Sunday, March 8, 2009

VC USM Say : Ketuanan Is About Guardianship

Today the word "boss" is used pervasively. One can be called "boss" at the most unexpected of times by a parking attendant, a salesperson, or just anyone with whom you deal with. In a way, it is subtly polite and conveys a certain respect by those who utter it, without any sense of being inferior, less still to imply a subordinate or "slave" relationship, even mometarily! Somehow it is nicely done, perhaps in good fun.

Change boss to mean "tuan", and suddenly the fun is gone, especially among the political paranoiacs. All of a sudden, it conjectures a derogatory meaning, not because "tuan" is "boss" but rather, because the one who utters it habours an inferior complex that he or she is now a "hamba" or slave.

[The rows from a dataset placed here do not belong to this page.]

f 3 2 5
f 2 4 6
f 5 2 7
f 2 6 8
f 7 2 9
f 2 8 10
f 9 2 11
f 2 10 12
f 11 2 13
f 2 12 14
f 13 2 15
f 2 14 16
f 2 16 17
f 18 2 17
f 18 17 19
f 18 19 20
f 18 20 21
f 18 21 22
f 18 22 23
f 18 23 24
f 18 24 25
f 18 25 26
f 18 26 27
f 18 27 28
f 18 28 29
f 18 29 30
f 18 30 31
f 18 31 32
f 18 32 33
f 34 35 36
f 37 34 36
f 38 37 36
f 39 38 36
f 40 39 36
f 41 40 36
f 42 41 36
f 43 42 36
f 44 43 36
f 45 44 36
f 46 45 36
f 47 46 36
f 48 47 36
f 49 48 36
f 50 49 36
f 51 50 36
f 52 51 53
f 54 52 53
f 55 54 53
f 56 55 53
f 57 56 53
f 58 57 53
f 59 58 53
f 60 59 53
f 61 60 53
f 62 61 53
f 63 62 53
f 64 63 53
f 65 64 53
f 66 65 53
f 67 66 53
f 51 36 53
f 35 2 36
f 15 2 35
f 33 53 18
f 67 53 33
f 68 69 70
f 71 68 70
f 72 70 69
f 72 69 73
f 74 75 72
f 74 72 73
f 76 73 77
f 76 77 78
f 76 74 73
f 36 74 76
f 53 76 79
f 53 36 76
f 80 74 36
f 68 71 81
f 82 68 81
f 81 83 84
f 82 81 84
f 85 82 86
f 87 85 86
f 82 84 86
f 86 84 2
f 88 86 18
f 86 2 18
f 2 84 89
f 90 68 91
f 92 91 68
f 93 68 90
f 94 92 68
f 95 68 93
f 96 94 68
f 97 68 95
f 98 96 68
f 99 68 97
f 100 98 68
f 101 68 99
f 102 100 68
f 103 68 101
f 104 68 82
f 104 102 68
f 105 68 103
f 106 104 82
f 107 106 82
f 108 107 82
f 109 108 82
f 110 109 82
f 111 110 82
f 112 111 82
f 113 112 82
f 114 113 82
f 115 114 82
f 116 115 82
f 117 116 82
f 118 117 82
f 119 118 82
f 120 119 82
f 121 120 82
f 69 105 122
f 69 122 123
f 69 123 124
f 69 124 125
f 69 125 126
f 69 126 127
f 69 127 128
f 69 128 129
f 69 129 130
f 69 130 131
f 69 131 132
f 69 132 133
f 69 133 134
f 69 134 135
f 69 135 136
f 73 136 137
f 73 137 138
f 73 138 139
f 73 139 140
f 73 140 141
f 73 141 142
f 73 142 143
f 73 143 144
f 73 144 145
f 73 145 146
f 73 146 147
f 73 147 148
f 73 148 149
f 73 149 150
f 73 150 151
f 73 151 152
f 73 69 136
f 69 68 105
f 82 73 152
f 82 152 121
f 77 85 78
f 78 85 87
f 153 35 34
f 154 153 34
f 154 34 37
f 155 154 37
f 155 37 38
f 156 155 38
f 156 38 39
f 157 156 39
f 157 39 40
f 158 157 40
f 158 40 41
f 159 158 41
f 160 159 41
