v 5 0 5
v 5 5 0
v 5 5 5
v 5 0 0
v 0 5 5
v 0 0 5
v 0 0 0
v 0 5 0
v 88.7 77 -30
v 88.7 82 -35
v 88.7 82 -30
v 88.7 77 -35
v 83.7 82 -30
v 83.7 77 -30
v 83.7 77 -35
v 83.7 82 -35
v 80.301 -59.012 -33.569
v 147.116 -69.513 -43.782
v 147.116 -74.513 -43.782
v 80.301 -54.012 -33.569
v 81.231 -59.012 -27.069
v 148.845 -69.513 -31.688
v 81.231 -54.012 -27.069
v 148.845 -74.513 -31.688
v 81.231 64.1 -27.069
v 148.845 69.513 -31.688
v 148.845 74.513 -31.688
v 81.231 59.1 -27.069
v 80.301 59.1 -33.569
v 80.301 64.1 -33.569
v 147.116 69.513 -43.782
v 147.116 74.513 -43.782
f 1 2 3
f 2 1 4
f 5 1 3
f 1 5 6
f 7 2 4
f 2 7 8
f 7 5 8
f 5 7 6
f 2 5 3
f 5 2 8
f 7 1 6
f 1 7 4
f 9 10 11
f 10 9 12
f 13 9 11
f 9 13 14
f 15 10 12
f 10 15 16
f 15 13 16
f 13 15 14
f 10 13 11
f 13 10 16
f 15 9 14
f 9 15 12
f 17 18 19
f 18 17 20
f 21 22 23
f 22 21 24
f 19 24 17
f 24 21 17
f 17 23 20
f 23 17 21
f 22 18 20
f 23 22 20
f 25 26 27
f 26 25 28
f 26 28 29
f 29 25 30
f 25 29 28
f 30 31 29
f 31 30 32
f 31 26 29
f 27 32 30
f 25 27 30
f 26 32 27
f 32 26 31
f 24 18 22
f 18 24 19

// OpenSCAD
union() {
    cube(5);
    translate([ 88.7-5, 87-10, -34-1]) cube(5);
    polyhedron( points = [ 
            [153.898,59.513,-32.4658] , 
            [163.267,30.683,-34.429] , 
            [175.611,59.513,-24.8805] , 
            [184.981,30.683,-26.8437] , 
            [166.57,-1.77636e-15,-35.1211] , 
            [188.284,-1.77636e-15,-27.5359] , 
            [163.267,-30.683,-34.429] , 
            [184.981,-30.683,-26.8437] , 
            [153.898,-59.513,-32.4658] , 
            [175.611,-59.513,-24.8805] , 
            [181.898,59.513,-27.7158] , 
            [191.267,30.683,-29.679] , 
            [194.57,-1.77636e-15,-30.3711] , 
            [191.267,-30.683,-29.679] , 
            [181.898,-59.513,-27.7158] , 
            [163.961,59.513,-33.9819] , 
            [173.33,30.683,-35.9451] , 
            [176.633,-1.77636e-15,-36.6372] , 
            [173.33,-30.683,-35.9451] , 
            [163.961,-59.513,-33.9819] , 
            [148.845,69.513,-31.6884] , 
            [148.845,-69.513,-31.6884] , 
            [148.845,74.513,-31.6884] , 
            [148.845,-74.513,-31.6884] , 
            [162.25,59.513,-45.946] , 
            [162.25,-59.513,-45.946] , 
            [147.116,-74.513,-43.7824] , 
            [147.116,74.513,-43.7824] , 
            [80.3015,-54.0118,-33.5692] , 
            [147.116,-69.513,-43.7824] , 
            [80.3015,-59.0118,-33.5692] , 
            [81.2307,-54.0118,-27.0692] , 
            [81.2307,-59.0118,-27.0692] , 
            [2.52448,-36,-22.6917] , 
            [80.054,-54.0118,-33.5338] , 
            [80.054,-59.0118,-33.5338] , 
            [2.52448,-41,-22.6917] , 
            [80.9832,-59.0118,-27.0338] , 
            [80.9832,-54.0118,-27.0338] , 
            [2.666,-36,-21.7018] , 
            [2.666,-41,-21.7018] , 
            [147.116,69.513,-43.7824] , 
            [80.3015,59.0998,-33.5692] , 
            [80.3015,64.0998,-33.5692] , 
            [81.2307,59.0998,-27.0692] , 
            [81.2307,64.0998,-27.0692] , 
            [80.054,64.0998,-33.5338] , 
            [80.054,59.0998,-33.5338] , 
            [2.52448,47,-22.6917] , 
            [2.52448,52,-22.6917] , 
            [2.666,47,-21.7018] , 
            [80.9832,59.0998,-27.0338] , 
            [80.9832,64.0998,-27.0338] , 
            [2.666,52,-21.7018] , 
        ], 
        faces = [
            [2,1,0] , 
            [3,1,2] , 
            [3,4,1] , 
            [5,4,3] , 
            [5,6,4] , 
            [7,6,5] , 
            [7,8,6] , 
            [9,8,7] , 
            [10,3,2] , 
            [11,3,10] , 
            [11,5,3] , 
            [12,5,11] , 
            [12,7,5] , 
            [13,7,12] , 
            [13,9,7] , 
            [14,9,13] , 
            [15,11,10] , 
            [16,11,15] , 
            [16,12,11] , 
            [17,12,16] , 
            [17,13,12] , 
            [18,13,17] , 
            [18,14,13] , 
            [19,14,18] , 
            [20,0,1] , 
            [20,1,4] , 
            [20,4,21] , 
            [21,4,6] , 
            [21,6,8] , 
            [0,20,22] , 
            [23,21,8] , 
            [16,15,24] , 
            [17,16,24] , 
            [25,17,24] , 
            [18,17,25] , 
            [19,18,25] , 
            [26,25,24] , 
            [26,23,25] , 
            [23,19,25] , 
            [27,26,24] , 
            [24,15,22] , 
            [24,22,27] , 
            [23,27,22] , 
            [23,26,27] , 
            [0,15,10] , 
            [10,2,0] , 
            [22,15,0] , 
            [14,19,8] , 
            [8,9,14] , 
            [8,19,23] , 
        ]);
    translate([0,0,0]) polyhedron( points = [ 
            [153.898,59.513,-32.4658] , 
            [163.267,30.683,-34.429] , 
            [175.611,59.513,-24.8805] , 
            [184.981,30.683,-26.8437] , 
            [166.57,-1.77636e-15,-35.1211] , 
            [188.284,-1.77636e-15,-27.5359] , 
            [163.267,-30.683,-34.429] , 
            [184.981,-30.683,-26.8437] , 
            [153.898,-59.513,-32.4658] , 
            [175.611,-59.513,-24.8805] , 
            [181.898,59.513,-27.7158] , 
            [191.267,30.683,-29.679] , 
            [194.57,-1.77636e-15,-30.3711] , 
            [191.267,-30.683,-29.679] , 
            [181.898,-59.513,-27.7158] , 
            [163.961,59.513,-33.9819] , 
            [173.33,30.683,-35.9451] , 
            [176.633,-1.77636e-15,-36.6372] , 
            [173.33,-30.683,-35.9451] , 
            [163.961,-59.513,-33.9819] , 
            [148.845,69.513,-31.6884] , 
            [148.845,-69.513,-31.6884] , 
            [148.845,74.513,-31.6884] , 
            [148.845,-74.513,-31.6884] , 
            [162.25,59.513,-45.946] , 
            [162.25,-59.513,-45.946] , 
            [147.116,-74.513,-43.7824] , 
            [147.116,74.513,-43.7824] , 
            [80.3015,-54.0118,-33.5692] , 
            [147.116,-69.513,-43.7824] , 
            [80.3015,-59.0118,-33.5692] , 
            [81.2307,-54.0118,-27.0692] , 
            [81.2307,-59.0118,-27.0692] , 
            [2.52448,-36,-22.6917] , 
            [80.054,-54.0118,-33.5338] , 
            [80.054,-59.0118,-33.5338] , 
            [2.52448,-41,-22.6917] , 
            [80.9832,-59.0118,-27.0338] , 
            [80.9832,-54.0118,-27.0338] , 
            [2.666,-36,-21.7018] , 
            [2.666,-41,-21.7018] , 
            [147.116,69.513,-43.7824] , 
            [80.3015,59.0998,-33.5692] , 
            [80.3015,64.0998,-33.5692] , 
            [81.2307,59.0998,-27.0692] , 
            [81.2307,64.0998,-27.0692] , 
            [80.054,64.0998,-33.5338] , 
            [80.054,59.0998,-33.5338] , 
            [2.52448,47,-22.6917] , 
            [2.52448,52,-22.6917] , 
            [2.666,47,-21.7018] , 
            [80.9832,59.0998,-27.0338] , 
            [80.9832,64.0998,-27.0338] , 
            [2.666,52,-21.7018] , 
        ], 
        faces = [
            [26,29,28] , 
            [26,28,30] , 
            [31,21,23] , 
            [32,31,23] , 
            [23,26,30] , 
            [23,30,32] , 
            [28,32,30] , 
            [28,29,21] , 
            [31,28,21] , 
            [28,31,32] , 
            [22,20,44] , 
            [22,44,45] , 
            [20,42,44] , 
            [45,44,42] , 
            [43,45,42] , 
            [42,41,27] , 
            [43,42,27] , 
            [20,41,42] , 
            [43,27,22] , 
            [45,43,22] , 
            [41,22,27] , 
            [20,22,41] , 
            [26,23,29] ,
            [29,23,21] , 
        ]);
}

Ironically still, instead of working out their inferior emotions, they prefer to stretch the meaning of the word "tuan" beyond recognition. And worst of all, they take much for granted through their ignorance of the language, the culture and other nuances from which the word emanates. Also, they do not have the credentials to make authoritative interpretations, without creating more confusion, that is.

Hence, when we hear someone say "ketuanan" means "supremacy" — implying that "tuan" is more than just a boss, but a "supreme being" of some sort — and naively assume that this is the case, they proceed to systematically demolish the term "ketuanan". Thus, the claim that "ketuanan" is no longer relevant.

Another argument is that the term is not mentioned in the Constitution, as though the Constitution is devoid of historical and traditional context at all. Then, comes the myopic suggestion to equate the term "ketuanan" simply to "special rights" so that it can be grounded constitutionally. The logic, perhaps, is that a tuan is always endowed with some sort of special rights. If so, special rights do signify that there is a tuan, and thus ketuanan.

Despite all these, deep down, it is apparent there are people who still want to be tuan in their bid for power and position, at times unashamedly. Whether one is morally qualified seems not to matter. More glaring is the insistence to be addressed as "Yang Berhormat (YBJ Tuan so-and-so", while "Encik", which is the cultural norm, somehow does not suffice. Unless, of course, one is a "Haji" (or Hajjah), which is limited only to Muslims. In this case, it is not. So why the tuan? Irrelevant, you say.
Apparently not, it seems.

In a nutshell, such is the level of political hypocrisy, and the gutter politics we see today fuelled by ignorance and emotions. In reality, "tuan" is neither master nor anything supreme. Nothing near what non-Muslims usually refer to as "Tuan Allah"— the Supreme Being! Similarly, "ketuanan" is not at all about supremacy. Not even close to the Ku Klux Klan, the self-proclaimed white supremacy group. All the fuss, thus far has been pure nonsensical, political rubbish, nothing more. Its foremost interest is to impact one small political world, where it matters, and not the world of truth. The truth, to these people, is mere political correctness. For them, it is all right to be truthfully wrong!

To those who care about the depth of the Malay culture, ketuanan is none other than guardianship. More of "tuan empunya" or "ownership" as in Persekutuan Tanah Melayu where the Malays and its Sultanates are the rightful "guardian-owners"; similarly, for the people of Sabah and Sarawak and their respective states in Malaysia, and not about special rights as some people want us to believe.

Incidentally, the bumiputeras are not proud of the so-called "special rights" which in reality are mere tokens of guilt for those who have forever disadvantaged the traditional communities. Rather, it is about alienated rights, just as the Chinese have over China, the Indians over India and the Filipinos over the Philippines. Each is indeed the guardian-owner of their country, and certainly, they are "tuan" in that sense.

As guardian-owners, they would stick through thick and thin with the country the way naval captains ("tuans!") are prepared to go down with their ships rather than abandon them like other passengers often do, in times of crisis, especially. Hence, "ketuanan" is conceptually very much alive, as it should be.

This way, the concept can be embraced by all Malaysians who wish to embrace the psyche of a tuan, which is the essence of a bangsa Malaysia. Much like Barack Obama who is now the accepted tuan of Americans (and less that of the Klu Klux Klan). In the same way, only the supremacists (racists and bigots included) among us will fail to understand, less still accept, what ketuanan is really about within the evolving historical context of Malaysia. This is all because of their shallow political views.